Most importantly - generators don't compose.

(I'm talking about python-style generators, the type of generators javascript
adapted.)

To give you an idea of what I mean:

    
    
        second_sound = coroutine(function() {
            yield;
            console.log('Tick!');
            yield;
            console.log('Tock!');
        });
    
        hour_sound = coroutine(function() {
            yield second_sound();
            console.log('Ding dong!')
        });
    

It's pretty obvious what programmer wants to achieve. But with generators you
can't call "yield" from deeper-level function - generators are one-level-deep.
The only way to compose is to 'yield' a new (deeper) generator. At this point,
the caller of hour_sound() needs to understand what to do if the callee
returns a generator, instead of 'null' or a valid value. And it needs to run
this "deep" generator before doing 'send' on the hour_sound again.

This is just the beginning of the mess. Errors get very hard to track as
tracebacks get completely unreadable.
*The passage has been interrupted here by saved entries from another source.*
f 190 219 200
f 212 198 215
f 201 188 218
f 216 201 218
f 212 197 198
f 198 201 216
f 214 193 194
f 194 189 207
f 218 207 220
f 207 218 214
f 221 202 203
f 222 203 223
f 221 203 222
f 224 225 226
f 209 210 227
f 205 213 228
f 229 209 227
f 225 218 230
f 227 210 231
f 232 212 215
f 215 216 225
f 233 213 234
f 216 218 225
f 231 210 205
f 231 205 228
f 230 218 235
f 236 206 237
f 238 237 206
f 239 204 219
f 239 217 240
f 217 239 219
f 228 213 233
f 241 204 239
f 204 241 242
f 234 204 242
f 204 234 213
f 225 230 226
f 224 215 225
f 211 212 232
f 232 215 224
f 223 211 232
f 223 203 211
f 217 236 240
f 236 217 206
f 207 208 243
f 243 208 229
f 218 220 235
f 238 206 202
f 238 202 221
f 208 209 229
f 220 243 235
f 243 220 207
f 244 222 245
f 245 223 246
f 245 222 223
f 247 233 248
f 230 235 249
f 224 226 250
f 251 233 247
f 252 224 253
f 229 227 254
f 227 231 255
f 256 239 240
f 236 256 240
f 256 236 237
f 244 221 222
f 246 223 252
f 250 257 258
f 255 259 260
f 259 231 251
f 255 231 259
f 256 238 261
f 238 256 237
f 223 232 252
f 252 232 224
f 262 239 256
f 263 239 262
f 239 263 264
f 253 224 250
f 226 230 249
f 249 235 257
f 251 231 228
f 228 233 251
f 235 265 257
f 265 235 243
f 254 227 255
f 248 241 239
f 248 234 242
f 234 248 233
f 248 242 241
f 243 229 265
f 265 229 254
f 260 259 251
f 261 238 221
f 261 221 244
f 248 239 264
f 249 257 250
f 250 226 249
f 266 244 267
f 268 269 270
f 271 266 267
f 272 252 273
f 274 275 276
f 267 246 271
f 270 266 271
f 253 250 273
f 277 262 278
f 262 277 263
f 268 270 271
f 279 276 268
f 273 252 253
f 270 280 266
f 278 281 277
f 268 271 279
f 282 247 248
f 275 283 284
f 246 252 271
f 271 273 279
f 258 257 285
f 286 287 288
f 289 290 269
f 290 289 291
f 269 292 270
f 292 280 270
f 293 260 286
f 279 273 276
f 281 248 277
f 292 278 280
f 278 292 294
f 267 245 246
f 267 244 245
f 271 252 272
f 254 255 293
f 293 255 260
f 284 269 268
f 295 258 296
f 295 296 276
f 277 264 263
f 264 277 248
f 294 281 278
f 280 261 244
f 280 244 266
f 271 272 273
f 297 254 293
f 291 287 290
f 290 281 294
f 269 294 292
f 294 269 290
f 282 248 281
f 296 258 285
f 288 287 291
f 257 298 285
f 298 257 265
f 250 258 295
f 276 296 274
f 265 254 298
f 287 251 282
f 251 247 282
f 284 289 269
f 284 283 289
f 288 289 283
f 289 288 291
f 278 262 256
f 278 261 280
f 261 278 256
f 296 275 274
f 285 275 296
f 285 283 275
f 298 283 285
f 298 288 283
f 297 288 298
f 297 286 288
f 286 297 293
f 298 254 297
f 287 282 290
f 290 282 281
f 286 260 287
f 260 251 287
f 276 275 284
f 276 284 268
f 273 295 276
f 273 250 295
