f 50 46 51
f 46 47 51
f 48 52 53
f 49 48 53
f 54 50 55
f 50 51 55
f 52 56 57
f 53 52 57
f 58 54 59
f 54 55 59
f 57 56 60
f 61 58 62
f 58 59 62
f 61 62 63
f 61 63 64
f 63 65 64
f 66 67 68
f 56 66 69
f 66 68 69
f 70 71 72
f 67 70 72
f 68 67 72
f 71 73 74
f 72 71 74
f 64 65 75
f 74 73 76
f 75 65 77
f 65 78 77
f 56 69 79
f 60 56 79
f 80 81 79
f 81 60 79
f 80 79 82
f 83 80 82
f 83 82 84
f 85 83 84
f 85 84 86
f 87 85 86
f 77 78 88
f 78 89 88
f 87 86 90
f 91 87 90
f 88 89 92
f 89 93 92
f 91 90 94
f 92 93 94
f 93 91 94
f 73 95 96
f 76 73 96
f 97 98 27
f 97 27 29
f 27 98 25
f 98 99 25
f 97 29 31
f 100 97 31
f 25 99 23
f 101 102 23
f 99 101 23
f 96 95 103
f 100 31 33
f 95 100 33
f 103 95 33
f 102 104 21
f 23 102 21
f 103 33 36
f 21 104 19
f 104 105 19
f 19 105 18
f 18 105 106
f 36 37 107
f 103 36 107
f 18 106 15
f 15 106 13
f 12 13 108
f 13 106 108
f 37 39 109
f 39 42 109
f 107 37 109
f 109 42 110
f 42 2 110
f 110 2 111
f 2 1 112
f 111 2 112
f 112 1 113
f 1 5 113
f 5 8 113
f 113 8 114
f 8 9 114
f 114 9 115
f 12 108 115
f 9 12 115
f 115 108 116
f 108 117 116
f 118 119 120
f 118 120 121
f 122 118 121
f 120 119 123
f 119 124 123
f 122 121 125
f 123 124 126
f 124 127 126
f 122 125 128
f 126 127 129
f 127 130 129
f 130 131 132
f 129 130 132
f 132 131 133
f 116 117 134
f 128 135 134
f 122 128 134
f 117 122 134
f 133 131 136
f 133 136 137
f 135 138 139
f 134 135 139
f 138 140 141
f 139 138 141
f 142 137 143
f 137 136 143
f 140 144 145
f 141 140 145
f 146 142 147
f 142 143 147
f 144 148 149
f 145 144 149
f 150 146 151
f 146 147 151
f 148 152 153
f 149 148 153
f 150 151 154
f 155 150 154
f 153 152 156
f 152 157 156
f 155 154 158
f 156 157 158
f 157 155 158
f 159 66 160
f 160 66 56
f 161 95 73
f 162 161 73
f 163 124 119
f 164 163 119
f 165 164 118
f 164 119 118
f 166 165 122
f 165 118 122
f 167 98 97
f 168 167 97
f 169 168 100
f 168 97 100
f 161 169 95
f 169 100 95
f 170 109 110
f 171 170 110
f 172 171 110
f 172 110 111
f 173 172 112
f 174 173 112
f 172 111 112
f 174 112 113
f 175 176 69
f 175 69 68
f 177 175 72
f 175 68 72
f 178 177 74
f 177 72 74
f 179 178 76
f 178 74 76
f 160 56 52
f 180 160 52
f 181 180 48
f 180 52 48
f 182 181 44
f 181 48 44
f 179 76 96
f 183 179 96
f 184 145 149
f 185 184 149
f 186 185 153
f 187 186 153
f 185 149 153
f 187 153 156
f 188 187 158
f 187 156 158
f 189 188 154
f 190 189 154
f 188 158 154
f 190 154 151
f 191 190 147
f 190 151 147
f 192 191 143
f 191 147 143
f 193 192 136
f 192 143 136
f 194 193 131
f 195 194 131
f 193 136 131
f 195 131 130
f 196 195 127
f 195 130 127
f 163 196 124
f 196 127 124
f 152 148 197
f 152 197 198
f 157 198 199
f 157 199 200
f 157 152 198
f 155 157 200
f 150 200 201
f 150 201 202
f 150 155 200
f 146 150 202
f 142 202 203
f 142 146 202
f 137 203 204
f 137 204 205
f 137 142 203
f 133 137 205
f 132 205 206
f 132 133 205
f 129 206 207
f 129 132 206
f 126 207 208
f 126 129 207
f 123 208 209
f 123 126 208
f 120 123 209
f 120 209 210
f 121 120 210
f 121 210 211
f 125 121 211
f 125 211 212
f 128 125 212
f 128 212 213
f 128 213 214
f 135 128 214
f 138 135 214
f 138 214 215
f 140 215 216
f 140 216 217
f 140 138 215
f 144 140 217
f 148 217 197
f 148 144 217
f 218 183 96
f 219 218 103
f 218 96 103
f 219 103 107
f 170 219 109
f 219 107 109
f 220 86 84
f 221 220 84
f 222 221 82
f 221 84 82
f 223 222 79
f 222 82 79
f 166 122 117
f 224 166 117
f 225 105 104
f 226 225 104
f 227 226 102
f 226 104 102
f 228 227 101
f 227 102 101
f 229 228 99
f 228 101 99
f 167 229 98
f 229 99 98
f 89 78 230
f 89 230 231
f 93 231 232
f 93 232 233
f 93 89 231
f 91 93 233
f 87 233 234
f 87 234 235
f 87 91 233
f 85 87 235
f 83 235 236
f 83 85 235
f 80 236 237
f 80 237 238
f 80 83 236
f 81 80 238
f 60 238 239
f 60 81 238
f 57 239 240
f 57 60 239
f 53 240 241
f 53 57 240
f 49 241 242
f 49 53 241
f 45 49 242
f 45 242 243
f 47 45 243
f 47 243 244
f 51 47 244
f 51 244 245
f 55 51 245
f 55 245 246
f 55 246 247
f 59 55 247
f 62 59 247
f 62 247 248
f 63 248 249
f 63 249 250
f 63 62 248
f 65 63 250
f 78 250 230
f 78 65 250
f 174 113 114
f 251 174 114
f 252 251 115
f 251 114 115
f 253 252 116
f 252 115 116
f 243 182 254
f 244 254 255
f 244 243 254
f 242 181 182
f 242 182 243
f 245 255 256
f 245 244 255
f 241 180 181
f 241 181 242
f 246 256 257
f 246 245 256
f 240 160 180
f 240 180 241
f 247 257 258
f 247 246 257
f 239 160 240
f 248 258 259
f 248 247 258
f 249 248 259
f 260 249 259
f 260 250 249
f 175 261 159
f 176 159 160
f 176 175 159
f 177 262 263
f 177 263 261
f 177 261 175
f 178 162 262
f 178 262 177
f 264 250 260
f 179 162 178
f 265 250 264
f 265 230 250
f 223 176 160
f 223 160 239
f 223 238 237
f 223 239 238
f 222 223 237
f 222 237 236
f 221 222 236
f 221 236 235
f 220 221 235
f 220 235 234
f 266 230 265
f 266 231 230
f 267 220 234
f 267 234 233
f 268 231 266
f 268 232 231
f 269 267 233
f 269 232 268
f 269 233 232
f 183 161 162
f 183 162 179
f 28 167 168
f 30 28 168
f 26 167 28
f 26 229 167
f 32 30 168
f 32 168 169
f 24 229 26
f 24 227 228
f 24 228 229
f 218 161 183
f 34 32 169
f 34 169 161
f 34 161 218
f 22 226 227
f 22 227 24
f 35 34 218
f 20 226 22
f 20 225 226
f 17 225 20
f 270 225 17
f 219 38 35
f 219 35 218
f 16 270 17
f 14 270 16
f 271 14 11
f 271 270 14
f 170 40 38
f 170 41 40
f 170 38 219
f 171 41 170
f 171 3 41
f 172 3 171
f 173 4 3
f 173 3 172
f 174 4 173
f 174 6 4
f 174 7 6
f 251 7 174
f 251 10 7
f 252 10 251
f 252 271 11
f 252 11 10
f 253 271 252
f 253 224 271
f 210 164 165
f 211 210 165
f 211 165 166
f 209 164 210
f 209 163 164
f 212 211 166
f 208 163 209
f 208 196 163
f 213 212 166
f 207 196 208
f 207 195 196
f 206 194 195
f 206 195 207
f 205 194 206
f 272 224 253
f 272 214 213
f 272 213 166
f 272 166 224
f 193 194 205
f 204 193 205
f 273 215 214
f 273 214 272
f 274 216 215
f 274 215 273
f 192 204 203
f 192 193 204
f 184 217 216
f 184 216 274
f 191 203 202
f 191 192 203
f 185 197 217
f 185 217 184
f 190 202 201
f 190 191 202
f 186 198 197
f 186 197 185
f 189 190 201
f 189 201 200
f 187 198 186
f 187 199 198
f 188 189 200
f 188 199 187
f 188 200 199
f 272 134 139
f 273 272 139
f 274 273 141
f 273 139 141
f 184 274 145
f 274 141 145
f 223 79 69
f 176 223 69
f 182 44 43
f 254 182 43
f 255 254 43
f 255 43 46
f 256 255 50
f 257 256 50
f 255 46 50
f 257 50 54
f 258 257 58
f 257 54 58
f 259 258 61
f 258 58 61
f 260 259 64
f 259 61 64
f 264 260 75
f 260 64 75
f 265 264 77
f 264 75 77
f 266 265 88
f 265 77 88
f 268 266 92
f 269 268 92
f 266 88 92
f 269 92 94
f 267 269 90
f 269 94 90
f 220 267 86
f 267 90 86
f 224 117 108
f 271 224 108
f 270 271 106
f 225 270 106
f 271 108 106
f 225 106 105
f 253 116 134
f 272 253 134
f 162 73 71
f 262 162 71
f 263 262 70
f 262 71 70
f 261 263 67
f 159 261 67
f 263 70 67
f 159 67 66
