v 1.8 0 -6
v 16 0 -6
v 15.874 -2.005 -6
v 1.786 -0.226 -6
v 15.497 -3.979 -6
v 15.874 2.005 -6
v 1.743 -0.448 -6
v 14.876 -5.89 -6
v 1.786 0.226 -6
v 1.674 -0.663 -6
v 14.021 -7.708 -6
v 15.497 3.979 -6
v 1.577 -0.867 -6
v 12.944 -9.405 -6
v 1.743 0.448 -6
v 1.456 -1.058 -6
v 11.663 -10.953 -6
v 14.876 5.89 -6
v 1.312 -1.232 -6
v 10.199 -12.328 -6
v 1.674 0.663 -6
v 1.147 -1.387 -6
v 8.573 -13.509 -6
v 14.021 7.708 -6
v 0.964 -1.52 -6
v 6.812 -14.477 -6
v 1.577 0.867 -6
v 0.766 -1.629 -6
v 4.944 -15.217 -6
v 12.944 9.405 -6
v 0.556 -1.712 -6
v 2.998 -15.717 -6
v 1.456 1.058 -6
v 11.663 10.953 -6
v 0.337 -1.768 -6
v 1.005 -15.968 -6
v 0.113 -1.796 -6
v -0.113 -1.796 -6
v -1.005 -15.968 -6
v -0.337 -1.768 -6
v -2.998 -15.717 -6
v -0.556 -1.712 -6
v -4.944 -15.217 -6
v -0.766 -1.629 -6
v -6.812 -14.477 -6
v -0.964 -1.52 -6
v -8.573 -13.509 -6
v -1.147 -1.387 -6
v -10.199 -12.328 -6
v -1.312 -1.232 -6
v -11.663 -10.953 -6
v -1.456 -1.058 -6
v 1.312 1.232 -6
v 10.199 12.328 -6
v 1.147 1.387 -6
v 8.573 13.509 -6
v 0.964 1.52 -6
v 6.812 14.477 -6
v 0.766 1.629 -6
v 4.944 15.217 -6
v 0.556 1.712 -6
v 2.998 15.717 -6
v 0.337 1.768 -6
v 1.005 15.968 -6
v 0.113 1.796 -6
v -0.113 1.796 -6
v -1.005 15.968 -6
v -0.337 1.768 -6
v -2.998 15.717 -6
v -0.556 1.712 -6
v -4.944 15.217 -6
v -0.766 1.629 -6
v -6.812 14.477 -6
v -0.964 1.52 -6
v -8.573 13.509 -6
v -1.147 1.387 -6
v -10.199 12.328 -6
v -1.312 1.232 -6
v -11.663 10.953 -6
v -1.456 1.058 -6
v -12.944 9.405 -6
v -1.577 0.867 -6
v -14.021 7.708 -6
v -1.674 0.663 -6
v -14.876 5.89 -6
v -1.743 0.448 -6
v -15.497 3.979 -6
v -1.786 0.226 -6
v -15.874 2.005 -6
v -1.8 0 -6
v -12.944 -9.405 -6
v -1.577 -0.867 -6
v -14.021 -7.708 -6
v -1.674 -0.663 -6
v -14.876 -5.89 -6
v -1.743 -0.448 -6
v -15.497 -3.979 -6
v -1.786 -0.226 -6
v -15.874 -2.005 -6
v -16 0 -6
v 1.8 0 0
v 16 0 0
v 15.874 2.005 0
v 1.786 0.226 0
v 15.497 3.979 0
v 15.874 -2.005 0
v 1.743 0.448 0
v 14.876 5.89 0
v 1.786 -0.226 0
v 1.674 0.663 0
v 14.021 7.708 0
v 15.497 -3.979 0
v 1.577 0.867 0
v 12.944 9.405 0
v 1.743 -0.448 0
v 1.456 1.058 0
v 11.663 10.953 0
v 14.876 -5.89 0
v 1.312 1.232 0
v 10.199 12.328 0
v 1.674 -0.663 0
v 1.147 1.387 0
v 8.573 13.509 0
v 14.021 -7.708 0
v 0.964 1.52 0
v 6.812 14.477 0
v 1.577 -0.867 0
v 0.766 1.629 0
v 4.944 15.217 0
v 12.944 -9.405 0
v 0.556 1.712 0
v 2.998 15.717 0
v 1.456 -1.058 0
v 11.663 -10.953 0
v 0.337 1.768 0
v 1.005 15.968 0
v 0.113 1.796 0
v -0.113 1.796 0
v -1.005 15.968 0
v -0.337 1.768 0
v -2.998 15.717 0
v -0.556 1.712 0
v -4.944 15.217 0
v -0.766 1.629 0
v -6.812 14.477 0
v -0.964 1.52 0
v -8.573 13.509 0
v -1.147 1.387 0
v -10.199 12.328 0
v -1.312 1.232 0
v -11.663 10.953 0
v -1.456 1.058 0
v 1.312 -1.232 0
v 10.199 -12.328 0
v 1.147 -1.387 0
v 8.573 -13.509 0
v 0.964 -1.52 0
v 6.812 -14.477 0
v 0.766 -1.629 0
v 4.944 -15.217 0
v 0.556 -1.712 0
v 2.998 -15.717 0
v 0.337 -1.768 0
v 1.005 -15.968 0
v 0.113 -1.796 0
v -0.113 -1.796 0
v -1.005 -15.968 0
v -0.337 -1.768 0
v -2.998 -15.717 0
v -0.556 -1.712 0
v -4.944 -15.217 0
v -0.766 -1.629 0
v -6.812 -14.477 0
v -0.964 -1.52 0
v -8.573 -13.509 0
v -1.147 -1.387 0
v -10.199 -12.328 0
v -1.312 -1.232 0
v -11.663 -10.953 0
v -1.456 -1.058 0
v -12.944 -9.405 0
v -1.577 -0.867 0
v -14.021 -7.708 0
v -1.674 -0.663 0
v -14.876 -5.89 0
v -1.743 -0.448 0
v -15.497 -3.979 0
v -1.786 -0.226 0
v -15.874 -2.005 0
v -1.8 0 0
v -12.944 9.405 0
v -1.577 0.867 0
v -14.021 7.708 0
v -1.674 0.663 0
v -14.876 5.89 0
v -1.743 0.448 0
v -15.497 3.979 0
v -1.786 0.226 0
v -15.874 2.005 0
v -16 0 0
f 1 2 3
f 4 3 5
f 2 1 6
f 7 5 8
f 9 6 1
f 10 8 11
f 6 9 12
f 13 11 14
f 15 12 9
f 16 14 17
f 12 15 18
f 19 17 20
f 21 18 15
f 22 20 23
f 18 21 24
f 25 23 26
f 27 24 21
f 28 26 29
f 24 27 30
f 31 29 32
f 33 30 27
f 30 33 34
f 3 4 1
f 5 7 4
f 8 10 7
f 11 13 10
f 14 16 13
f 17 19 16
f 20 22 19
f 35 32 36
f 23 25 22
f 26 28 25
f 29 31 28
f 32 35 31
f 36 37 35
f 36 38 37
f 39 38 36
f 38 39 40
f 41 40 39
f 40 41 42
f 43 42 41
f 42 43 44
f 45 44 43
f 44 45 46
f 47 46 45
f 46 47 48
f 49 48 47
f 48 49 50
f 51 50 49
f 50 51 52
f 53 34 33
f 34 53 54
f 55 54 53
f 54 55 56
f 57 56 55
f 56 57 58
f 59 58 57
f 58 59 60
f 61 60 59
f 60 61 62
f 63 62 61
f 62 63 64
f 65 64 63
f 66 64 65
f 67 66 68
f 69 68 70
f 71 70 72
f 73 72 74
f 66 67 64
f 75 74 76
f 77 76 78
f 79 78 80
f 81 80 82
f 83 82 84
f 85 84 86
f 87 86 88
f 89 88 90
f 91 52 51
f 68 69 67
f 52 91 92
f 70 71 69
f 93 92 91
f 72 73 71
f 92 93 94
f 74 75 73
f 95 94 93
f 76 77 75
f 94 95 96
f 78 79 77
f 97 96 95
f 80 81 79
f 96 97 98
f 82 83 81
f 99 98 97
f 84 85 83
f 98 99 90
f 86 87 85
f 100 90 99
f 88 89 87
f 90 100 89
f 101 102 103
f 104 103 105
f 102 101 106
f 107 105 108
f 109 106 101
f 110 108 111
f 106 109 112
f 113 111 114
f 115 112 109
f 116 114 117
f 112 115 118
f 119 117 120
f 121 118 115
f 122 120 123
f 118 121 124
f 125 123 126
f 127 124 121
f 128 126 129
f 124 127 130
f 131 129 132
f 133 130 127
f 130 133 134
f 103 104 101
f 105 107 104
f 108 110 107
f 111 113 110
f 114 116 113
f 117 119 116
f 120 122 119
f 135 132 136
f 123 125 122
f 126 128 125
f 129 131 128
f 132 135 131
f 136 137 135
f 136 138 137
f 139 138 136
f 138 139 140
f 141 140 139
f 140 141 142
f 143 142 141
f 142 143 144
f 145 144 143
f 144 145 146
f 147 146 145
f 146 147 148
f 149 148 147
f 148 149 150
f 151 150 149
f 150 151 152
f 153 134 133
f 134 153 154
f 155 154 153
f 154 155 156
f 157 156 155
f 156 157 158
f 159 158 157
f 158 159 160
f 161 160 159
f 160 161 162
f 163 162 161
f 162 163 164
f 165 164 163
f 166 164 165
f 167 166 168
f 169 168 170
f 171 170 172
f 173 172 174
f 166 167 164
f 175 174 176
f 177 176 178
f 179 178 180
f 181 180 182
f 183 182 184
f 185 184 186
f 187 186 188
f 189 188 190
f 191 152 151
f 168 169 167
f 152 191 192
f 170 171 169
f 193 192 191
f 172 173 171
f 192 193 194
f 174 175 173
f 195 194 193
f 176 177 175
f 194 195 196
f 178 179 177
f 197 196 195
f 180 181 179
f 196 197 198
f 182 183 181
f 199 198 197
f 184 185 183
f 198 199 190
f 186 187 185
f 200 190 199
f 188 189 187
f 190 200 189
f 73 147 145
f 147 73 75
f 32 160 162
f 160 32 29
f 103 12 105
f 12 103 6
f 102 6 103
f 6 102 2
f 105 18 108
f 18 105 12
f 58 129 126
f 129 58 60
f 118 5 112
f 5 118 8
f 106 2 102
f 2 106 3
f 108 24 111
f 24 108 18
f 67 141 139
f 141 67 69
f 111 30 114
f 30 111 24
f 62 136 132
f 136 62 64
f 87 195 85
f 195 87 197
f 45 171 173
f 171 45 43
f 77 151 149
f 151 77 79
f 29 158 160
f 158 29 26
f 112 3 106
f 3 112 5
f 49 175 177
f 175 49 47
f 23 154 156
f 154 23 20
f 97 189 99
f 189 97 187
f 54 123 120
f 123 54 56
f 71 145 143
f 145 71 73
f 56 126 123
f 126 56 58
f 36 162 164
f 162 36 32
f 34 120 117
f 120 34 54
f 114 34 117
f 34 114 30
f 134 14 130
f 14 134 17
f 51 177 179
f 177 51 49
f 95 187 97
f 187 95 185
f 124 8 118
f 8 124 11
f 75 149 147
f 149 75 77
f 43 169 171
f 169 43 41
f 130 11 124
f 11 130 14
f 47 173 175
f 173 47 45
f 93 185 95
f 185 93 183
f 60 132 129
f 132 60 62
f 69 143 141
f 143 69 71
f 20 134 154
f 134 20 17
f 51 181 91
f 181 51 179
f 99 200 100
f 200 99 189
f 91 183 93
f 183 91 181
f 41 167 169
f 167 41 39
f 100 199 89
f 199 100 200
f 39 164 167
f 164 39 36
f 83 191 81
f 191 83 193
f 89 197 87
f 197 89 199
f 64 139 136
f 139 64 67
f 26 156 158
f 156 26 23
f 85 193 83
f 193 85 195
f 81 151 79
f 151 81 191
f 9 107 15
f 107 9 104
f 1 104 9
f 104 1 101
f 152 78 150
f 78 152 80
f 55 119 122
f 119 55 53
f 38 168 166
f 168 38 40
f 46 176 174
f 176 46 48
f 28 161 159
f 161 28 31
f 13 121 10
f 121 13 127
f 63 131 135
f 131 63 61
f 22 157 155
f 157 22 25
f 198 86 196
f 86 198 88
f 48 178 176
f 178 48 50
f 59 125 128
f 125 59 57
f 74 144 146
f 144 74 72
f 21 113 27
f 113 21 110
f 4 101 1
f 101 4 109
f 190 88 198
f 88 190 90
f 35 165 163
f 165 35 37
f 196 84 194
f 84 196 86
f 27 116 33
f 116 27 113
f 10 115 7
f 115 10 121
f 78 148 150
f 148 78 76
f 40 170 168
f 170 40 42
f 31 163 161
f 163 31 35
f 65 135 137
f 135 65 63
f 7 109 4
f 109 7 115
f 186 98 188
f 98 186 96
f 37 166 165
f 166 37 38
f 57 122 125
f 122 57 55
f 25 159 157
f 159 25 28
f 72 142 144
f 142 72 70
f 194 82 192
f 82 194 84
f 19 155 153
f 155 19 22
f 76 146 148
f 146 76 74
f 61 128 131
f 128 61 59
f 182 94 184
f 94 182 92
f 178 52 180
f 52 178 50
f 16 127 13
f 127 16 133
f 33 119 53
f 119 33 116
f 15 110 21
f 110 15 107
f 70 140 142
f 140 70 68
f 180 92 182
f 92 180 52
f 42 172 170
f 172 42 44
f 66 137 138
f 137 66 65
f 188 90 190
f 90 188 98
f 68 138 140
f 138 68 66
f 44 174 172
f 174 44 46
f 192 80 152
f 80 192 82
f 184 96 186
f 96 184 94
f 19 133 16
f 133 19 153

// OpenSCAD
$fn = 50;


difference() {
	union() {
		translate(v = [0, 0, -6.0000000000]) {
			cylinder(h = 6, r = 7.0000000000);
		}
		translate(v = [0, 0, -6.0000000000]) {
			cylinder(h = 6, r = 16.0000000000);
		}
	}
	union() {
		#translate(v = [0, 0, -6]) {
			cylinder(h = 6, r = 1.8000000000);
		}
	}
}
It's not easy to decide what to do when
one of the nested generators throws an exception.

Python frameworks went through this long time ago, see here (look especially
for the "yield" keyword): <http://www.tornadoweb.org/documentation/gen.html>

Here's a bit of the underlying logic of this "simple" "coroutine-programming-
syle" layer of tornadoweb:
[http://www.tornadoweb.org/documentation/_modules/tornado/gen...](http://www.tornadoweb.org/documentation/_modules/tornado/gen.html#engine)

And here's more!
[https://github.com/facebook/tornado/blob/master/tornado/gen....](https://github.com/facebook/tornado/blob/master/tornado/gen.py#L342-L396)

All this magic is heavily based on the way python exceptions are integrated
with generators, for example one can try to catch "StopIteration" to do a
cleanup within generator. I doubt this is possible in javascript as the
exceptions mechanism is much less mature.

Edit: Don't get me wrong - I love generators! But one-level-deep generators
are not coroutines with stack that can be "blocked" from any deeper function.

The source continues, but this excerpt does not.